GOAL OF THE EXERCISE: From the entries below, transcribe exactly the lines between the line holding "f 14 177 16" and the line holding "f 170 169 29", inclusive; skip all other lines.

LISTED ENTRIES:
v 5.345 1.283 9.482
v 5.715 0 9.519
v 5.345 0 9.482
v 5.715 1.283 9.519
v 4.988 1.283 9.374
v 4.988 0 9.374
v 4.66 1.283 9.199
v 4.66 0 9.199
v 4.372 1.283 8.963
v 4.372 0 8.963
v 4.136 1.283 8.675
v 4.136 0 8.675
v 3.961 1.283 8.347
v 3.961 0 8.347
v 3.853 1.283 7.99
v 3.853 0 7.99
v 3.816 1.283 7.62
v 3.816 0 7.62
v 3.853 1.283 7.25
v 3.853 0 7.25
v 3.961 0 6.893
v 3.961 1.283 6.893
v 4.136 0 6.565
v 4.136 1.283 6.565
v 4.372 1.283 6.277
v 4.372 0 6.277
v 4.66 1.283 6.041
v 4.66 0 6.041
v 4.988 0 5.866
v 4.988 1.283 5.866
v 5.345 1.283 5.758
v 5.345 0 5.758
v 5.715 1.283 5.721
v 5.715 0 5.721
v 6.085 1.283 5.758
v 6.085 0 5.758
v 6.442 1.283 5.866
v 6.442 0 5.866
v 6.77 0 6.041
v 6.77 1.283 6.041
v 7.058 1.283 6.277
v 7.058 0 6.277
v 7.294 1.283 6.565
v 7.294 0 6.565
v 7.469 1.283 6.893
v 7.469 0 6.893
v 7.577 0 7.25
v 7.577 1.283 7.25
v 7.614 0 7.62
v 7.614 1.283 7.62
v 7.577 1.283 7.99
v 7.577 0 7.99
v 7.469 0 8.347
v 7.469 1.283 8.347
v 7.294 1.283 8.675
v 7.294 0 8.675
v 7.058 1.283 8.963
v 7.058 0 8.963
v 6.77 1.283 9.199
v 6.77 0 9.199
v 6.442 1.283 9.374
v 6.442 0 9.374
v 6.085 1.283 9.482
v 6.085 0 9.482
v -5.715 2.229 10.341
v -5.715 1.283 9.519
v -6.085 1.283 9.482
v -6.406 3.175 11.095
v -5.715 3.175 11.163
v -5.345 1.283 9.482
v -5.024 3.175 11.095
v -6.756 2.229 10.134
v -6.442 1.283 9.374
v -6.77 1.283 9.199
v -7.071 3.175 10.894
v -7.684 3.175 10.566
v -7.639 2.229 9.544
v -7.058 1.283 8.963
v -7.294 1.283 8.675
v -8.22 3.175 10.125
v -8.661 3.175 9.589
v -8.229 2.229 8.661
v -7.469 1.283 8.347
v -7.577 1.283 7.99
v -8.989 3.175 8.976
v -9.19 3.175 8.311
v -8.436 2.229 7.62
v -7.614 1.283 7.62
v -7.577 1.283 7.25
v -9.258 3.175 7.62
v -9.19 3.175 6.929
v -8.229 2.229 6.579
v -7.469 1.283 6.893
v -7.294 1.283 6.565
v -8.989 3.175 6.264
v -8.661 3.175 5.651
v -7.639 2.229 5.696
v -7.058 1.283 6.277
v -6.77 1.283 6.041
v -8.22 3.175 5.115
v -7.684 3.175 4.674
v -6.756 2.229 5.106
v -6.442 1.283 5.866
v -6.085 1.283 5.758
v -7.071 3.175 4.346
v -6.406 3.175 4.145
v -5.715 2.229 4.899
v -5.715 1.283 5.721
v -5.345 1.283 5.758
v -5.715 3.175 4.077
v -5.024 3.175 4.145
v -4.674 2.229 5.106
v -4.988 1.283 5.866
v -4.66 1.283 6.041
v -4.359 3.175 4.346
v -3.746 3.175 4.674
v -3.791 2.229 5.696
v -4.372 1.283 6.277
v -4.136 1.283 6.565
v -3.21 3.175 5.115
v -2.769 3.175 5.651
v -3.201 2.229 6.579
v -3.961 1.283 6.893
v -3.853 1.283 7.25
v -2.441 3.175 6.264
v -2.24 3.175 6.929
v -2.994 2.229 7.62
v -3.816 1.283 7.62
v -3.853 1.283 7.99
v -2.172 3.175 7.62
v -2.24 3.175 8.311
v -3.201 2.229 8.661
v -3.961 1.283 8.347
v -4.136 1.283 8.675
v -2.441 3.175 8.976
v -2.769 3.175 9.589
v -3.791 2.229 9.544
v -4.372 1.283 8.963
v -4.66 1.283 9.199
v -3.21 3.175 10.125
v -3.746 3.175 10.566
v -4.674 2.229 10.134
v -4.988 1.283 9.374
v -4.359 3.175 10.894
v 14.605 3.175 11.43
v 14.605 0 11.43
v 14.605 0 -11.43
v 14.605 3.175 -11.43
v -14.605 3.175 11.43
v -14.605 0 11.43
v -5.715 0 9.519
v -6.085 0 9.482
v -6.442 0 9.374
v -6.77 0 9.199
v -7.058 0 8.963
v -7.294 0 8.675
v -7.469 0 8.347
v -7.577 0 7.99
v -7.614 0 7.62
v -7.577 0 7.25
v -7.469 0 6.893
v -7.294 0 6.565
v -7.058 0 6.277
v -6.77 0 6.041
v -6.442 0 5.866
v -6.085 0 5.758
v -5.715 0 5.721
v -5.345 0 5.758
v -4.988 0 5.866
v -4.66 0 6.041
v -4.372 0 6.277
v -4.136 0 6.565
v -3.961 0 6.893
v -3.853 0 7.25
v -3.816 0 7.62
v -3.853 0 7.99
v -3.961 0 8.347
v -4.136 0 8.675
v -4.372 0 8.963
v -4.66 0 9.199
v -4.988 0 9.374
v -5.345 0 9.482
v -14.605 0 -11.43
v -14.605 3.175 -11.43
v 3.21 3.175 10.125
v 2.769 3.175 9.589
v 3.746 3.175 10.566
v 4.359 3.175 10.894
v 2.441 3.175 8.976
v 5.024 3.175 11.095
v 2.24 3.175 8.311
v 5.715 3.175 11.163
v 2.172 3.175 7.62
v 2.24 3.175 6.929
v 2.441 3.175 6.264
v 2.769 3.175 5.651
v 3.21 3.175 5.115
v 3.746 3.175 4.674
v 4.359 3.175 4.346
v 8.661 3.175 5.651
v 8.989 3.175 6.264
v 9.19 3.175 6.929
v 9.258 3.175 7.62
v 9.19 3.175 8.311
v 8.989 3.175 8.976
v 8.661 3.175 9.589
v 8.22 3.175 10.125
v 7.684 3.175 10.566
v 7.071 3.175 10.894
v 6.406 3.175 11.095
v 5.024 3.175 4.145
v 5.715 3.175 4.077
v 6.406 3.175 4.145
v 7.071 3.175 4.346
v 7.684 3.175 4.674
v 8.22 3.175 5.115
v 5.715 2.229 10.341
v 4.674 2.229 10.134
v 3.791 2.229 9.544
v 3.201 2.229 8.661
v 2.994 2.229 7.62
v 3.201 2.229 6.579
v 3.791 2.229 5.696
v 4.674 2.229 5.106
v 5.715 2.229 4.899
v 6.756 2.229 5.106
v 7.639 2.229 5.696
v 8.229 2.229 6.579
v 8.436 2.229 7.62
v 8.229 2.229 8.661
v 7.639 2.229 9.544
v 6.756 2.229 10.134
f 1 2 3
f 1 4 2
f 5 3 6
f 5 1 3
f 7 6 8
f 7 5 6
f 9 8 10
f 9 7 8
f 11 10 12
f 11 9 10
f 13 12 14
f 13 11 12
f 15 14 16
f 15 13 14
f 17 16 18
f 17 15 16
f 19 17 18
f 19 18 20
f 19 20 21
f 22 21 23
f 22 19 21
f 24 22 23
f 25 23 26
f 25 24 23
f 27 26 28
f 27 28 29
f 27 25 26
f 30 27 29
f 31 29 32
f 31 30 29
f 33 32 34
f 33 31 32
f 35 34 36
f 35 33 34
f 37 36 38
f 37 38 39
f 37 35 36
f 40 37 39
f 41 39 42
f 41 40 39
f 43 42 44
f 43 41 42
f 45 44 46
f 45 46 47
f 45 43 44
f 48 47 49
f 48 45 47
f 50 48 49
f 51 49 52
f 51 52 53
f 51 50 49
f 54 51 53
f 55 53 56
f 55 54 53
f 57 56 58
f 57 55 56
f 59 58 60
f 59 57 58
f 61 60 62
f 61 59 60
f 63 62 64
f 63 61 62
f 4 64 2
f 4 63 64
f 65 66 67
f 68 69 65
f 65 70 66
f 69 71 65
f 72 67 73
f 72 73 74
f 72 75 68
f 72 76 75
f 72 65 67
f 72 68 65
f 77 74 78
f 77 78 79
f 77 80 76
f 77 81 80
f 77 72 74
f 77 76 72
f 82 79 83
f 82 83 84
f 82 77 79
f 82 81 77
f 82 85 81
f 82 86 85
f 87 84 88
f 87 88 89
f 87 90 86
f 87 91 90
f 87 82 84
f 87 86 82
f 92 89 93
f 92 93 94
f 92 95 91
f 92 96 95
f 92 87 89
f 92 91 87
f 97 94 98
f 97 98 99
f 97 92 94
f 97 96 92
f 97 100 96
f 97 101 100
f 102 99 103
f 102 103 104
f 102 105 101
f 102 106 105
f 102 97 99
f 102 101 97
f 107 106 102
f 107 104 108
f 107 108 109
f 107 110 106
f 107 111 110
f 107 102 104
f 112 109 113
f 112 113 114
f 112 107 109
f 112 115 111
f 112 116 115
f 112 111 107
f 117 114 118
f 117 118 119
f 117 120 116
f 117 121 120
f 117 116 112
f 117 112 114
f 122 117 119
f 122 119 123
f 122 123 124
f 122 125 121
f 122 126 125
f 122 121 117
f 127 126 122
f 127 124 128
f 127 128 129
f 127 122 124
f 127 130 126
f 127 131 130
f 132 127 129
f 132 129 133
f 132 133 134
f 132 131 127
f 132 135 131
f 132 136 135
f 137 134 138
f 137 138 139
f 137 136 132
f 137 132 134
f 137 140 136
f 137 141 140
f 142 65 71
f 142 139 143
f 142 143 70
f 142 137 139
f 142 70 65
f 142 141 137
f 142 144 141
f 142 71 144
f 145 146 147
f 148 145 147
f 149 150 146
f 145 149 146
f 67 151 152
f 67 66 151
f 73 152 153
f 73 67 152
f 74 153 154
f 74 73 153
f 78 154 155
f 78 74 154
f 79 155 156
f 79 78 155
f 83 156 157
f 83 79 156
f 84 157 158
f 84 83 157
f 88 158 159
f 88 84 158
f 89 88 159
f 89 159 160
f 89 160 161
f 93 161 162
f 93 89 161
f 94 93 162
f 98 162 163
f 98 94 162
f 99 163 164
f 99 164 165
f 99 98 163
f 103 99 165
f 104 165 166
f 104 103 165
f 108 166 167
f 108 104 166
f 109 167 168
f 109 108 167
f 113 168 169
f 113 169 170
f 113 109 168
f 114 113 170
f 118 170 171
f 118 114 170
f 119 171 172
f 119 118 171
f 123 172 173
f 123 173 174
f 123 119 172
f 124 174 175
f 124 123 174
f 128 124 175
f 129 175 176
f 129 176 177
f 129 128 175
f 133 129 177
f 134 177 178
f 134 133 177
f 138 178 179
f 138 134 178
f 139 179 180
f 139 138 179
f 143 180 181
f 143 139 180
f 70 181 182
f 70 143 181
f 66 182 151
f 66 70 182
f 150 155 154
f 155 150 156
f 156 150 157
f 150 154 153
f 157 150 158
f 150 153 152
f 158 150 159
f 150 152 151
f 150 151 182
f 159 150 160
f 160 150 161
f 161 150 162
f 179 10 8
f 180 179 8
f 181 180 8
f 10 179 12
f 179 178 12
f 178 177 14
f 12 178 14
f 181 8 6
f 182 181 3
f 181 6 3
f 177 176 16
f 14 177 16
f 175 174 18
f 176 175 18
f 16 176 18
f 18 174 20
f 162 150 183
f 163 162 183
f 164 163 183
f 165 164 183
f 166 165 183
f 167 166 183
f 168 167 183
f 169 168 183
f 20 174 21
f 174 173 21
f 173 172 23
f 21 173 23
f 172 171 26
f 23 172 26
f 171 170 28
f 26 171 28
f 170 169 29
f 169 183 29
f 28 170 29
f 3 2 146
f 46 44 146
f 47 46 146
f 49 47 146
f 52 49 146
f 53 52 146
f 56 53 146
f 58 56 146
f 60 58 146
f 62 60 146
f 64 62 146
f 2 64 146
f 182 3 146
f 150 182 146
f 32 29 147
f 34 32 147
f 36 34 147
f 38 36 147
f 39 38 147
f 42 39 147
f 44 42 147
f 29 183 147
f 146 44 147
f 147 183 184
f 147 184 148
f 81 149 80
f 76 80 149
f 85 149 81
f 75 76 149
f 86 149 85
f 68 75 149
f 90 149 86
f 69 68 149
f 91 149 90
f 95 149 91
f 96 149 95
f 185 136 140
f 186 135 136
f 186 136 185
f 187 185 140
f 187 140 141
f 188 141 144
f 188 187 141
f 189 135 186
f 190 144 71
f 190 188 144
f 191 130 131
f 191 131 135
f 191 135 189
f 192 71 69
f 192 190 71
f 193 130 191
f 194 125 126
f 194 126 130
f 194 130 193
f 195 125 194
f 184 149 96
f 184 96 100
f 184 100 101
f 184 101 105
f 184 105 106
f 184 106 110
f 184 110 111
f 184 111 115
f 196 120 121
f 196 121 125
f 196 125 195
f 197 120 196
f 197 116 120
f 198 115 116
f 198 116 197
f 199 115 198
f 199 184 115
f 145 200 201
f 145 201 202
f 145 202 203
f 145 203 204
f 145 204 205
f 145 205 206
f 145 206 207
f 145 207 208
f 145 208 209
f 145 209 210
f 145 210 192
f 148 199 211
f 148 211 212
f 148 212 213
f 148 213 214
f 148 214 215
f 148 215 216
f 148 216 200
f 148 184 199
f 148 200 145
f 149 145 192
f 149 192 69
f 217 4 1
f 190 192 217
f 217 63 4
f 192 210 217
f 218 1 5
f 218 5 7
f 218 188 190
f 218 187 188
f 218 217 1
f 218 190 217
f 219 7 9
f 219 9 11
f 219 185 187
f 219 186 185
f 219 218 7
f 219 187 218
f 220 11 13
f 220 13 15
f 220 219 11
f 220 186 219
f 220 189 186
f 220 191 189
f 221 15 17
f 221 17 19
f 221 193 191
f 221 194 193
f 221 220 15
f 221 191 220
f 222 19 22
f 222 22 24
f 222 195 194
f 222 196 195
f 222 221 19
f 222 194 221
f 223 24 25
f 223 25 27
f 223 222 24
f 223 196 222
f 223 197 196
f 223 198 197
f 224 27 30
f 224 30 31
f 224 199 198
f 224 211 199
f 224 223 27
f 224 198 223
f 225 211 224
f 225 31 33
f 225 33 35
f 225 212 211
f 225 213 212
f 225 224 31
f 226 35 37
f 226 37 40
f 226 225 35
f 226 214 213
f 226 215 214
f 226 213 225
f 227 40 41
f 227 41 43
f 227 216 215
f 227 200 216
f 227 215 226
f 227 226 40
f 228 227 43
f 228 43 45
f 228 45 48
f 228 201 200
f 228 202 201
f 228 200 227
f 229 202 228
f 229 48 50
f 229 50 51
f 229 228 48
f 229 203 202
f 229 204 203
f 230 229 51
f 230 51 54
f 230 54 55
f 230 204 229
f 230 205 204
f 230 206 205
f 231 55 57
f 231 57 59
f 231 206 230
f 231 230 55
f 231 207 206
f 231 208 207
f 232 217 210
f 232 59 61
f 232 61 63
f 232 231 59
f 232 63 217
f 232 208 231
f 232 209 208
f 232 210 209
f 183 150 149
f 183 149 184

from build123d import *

# Parameters (mm, degrees)
SKETCH1_W                                     = 29.21
SKETCH1_H                                     = 22.86
BOSS_EXTRUDE1_DEPTH                           = 3.175
CSK_FOR_6_FLAT_HEAD_MACHINE_SCREW1_AT_2_COUNT = 2
CSK_FOR_6_FLAT_HEAD_MACHINE_SCREW1_AT_2_PITCH = 11.43


with BuildPart() as part:
    # Sketch1 → Boss-Extrude1 (new body)
    with BuildSketch(Plane(origin=(0, 0, 0), x_dir=(1, 0, 0), z_dir=(0, 1, 0))):
        Rectangle(SKETCH1_W, SKETCH1_H)
    extrude(amount=BOSS_EXTRUDE1_DEPTH)

    # Sketch5 → CSK for #6 Flat Head Machine Screw1 (revolve, cut)
    with BuildSketch(Plane(origin=(-5.715, 3.175, 7.62), x_dir=(0, 0, 1), z_dir=(1, 0, 0))):
        Polygon((0, 0), (0, 3.175), (1.89865, 3.175), (1.89865, 1.891953401), (3.5433, 0), align=None)
    csk_for_6_flat_head_machine_screw1 = revolve(axis=Axis((-5.715, 9.525, 7.62), (0, -1, 0)), mode=Mode.SUBTRACT)

    # CSK for #6 Flat Head Machine Screw1 at 2: CSK for #6 Flat Head Machine Screw1 ×2
    with Locations(*[(i * CSK_FOR_6_FLAT_HEAD_MACHINE_SCREW1_AT_2_PITCH, 0, 0) for i in range(1, CSK_FOR_6_FLAT_HEAD_MACHINE_SCREW1_AT_2_COUNT)]):
        add(csk_for_6_flat_head_machine_screw1, mode=Mode.SUBTRACT)


solid = part.part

EXPECTED OUTPUT:
f 14 177 16
f 175 174 18
f 176 175 18
f 16 176 18
f 18 174 20
f 162 150 183
f 163 162 183
f 164 163 183
f 165 164 183
f 166 165 183
f 167 166 183
f 168 167 183
f 169 168 183
f 20 174 21
f 174 173 21
f 173 172 23
f 21 173 23
f 172 171 26
f 23 172 26
f 171 170 28
f 26 171 28
f 170 169 29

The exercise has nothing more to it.